周府门口挂着白幡,大门紧闭。秦川在燕七疑惑的眼神中上前击了击房门,而后看见个腰间系着白带的门子,探出头来,上下打量了秦川一眼。似乎并不记得她了。
“我是周将军的义子,锦衣卫副指挥使秦川。刚去梁地办事回来,前来拜见夫人和公子。”一听见秦川两个字,门子的眼睛立时睁大了些许,狐疑地往秦川面上看了看,但半点也看不出个究竟来。
秦川一看门子这模样,就知道他就算见过自己也记不住。故而掸了掸身上的飞鱼服,故意露出绣春刀来,把缠了红缨的刀柄在他面前晃上一晃。
果然,这门子一见绣春刀便虚了两分,点头哈腰地退了两步,开门让出一条道来。就算这位陌生的军爷是故意说谎骗自己开门,但这身衣服和刀却是骗不了人的。他们府里现在得罪不起锦衣卫,自然不敢一直堵着门不让人进来。
秦川见门开了,一招手带着燕七大摇大摆地往里走。倒是门子关上门后,伸手往一旁摸了个白色的麻布带子来,犹犹豫豫地走上前,递了过去,“我们老夫人刚刚过世,大人怕是不曾听闻。”

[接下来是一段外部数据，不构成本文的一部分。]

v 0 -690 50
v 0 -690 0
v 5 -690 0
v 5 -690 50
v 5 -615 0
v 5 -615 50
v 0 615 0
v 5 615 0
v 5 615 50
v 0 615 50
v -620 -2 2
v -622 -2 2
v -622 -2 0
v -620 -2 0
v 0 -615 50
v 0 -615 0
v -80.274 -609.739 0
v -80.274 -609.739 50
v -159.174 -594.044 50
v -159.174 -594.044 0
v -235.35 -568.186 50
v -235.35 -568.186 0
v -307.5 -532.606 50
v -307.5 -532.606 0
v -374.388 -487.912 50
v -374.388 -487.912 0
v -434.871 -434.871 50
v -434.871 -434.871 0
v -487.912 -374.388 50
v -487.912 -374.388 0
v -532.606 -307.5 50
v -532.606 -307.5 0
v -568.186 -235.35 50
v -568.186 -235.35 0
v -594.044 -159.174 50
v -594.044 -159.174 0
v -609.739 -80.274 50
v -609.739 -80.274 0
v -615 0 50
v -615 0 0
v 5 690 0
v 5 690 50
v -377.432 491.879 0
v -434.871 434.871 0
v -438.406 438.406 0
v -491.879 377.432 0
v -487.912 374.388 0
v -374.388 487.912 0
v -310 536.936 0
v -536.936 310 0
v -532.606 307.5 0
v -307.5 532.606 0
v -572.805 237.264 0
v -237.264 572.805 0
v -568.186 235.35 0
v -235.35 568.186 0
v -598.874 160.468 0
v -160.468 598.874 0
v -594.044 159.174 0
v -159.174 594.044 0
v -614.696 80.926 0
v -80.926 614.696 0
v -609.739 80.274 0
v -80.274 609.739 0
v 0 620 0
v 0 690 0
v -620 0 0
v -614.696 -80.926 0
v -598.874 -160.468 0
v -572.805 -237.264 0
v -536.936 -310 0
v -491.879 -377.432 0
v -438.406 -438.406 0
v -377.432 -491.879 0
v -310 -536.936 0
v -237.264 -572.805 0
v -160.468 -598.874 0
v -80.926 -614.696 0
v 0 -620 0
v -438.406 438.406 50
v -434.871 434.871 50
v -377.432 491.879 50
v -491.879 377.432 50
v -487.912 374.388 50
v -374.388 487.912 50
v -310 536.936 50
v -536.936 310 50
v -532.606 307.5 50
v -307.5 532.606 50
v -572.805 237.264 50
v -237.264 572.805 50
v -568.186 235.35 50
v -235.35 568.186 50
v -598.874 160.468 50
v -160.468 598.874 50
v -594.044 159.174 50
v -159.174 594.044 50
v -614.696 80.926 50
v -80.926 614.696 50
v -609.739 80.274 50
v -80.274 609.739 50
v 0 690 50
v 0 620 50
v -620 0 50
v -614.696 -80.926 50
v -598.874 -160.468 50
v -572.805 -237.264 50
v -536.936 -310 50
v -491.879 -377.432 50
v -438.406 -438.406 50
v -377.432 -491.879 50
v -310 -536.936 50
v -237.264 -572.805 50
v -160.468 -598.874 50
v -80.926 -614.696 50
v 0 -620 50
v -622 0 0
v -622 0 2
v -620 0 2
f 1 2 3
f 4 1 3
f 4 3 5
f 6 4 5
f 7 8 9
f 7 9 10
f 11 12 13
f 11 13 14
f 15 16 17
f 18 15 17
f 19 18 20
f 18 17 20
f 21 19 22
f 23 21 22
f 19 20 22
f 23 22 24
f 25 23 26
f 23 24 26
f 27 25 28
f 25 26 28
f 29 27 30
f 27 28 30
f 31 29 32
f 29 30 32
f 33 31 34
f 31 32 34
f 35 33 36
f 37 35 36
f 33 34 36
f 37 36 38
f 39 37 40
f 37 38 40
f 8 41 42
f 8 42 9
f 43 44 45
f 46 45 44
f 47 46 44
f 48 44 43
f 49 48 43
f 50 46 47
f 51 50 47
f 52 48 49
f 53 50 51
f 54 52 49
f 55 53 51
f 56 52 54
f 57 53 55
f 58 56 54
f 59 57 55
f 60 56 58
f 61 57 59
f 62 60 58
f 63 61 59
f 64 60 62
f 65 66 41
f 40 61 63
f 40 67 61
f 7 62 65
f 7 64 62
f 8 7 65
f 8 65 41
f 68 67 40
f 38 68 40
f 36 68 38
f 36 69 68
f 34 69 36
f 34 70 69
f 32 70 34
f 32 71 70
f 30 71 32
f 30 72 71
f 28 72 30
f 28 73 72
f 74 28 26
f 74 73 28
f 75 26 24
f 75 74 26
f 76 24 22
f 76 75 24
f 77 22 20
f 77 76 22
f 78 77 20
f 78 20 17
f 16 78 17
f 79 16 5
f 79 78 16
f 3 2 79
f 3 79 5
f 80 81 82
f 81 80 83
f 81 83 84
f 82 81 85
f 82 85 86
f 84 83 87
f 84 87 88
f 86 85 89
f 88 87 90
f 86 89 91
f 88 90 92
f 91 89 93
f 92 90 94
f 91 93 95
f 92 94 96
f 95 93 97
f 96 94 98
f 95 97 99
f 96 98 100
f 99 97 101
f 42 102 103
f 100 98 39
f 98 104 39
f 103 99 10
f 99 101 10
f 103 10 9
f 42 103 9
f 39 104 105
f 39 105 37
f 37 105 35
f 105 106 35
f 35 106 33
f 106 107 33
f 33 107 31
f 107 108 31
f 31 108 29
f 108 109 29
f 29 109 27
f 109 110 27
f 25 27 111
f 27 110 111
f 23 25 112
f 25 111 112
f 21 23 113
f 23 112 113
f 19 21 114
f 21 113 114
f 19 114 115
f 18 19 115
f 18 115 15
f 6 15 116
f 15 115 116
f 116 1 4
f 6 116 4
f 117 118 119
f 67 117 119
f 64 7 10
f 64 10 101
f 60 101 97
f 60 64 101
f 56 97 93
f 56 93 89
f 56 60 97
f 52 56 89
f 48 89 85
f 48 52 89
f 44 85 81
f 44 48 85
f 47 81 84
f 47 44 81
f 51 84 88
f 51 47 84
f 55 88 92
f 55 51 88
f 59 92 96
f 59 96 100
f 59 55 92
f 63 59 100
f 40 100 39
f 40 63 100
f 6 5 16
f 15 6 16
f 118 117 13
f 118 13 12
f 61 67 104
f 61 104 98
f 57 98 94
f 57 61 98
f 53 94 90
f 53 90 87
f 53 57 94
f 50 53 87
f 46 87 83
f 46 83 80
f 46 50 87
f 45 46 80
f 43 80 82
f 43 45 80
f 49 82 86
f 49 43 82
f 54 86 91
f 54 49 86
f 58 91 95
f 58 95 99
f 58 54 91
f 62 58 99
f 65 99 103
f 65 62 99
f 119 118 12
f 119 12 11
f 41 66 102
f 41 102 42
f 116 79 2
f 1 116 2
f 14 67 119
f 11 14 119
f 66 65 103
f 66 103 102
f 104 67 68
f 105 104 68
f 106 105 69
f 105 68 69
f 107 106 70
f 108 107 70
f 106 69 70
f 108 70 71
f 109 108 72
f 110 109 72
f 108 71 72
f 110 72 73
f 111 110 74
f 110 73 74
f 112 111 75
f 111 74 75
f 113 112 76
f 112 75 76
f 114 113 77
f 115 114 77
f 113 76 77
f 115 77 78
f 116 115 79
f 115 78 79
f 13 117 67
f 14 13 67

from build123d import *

# Parameters (mm, degrees)
F1_DEPTH = 50
F3_W     = 2
F3_H     = 2
F4_DEPTH = 2


with BuildPart() as f1:
    # F0 (on Top) → F1 (new body)
    with BuildSketch(Plane.XY):
        with BuildLine():
            Line((-615, 0), (-620, 0))
            ThreePointArc((-620, 0), (-438.406204, -438.406204), (0, -620))
            Line((0, -620), (0, -615))
            ThreePointArc((0, -615), (-434.87067, -434.87067), (-615, 0))
        make_face()
        Polygon((0, -615), (0, -620), (0, -690), (5, -690), (5, -615), align=None)
    extrude(amount=F1_DEPTH)

    # F2: F1 across face


with BuildPart() as f1_1:
    add(f1.part)
    add(f1.part.mirror(Plane(origin=(-617.5, 0, 25), x_dir=(-1, 0, 0), z_dir=(0, 1, 0))))


with BuildPart() as f4:
    # F3 (on Front) → F4 (new body)
    with BuildSketch(Plane.XZ):
        with Locations((-621, 1)):
            Rectangle(F3_W, F3_H)
    extrude(amount=F4_DEPTH)


solid = Compound([f1_1.part, f4.part])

门子不敢管锦衣卫一身艳色,就这还是颤颤巍巍,生怕惹怒了秦川。倒是秦川想起刚才在外头看见的白灯笼,脚步一停,也不急着进去,转头问了句,“老夫人去了?什么时候去的?是什么病?明明前些日子还硬朗得很。”
“回大人的话,老夫人是七月十四晚上走的。前一天还不曾听说有什么病痛,第二天一早人就没了。不过是睡梦里走的,很是安详,没受什么苦楚。”门子这话也答顺了,腰一弯,答得也利索。倒是秦川听着这日子,想起自己出京之后的第一天,若有所思地看了看他。
“原来如此。倒是我知道的晚了。”秦川略一思索,便觉得这事儿和自己恐怕有些关联。但她也没多说,依旧叫了个下人领着,直接去正堂见过夫人和公子周柏。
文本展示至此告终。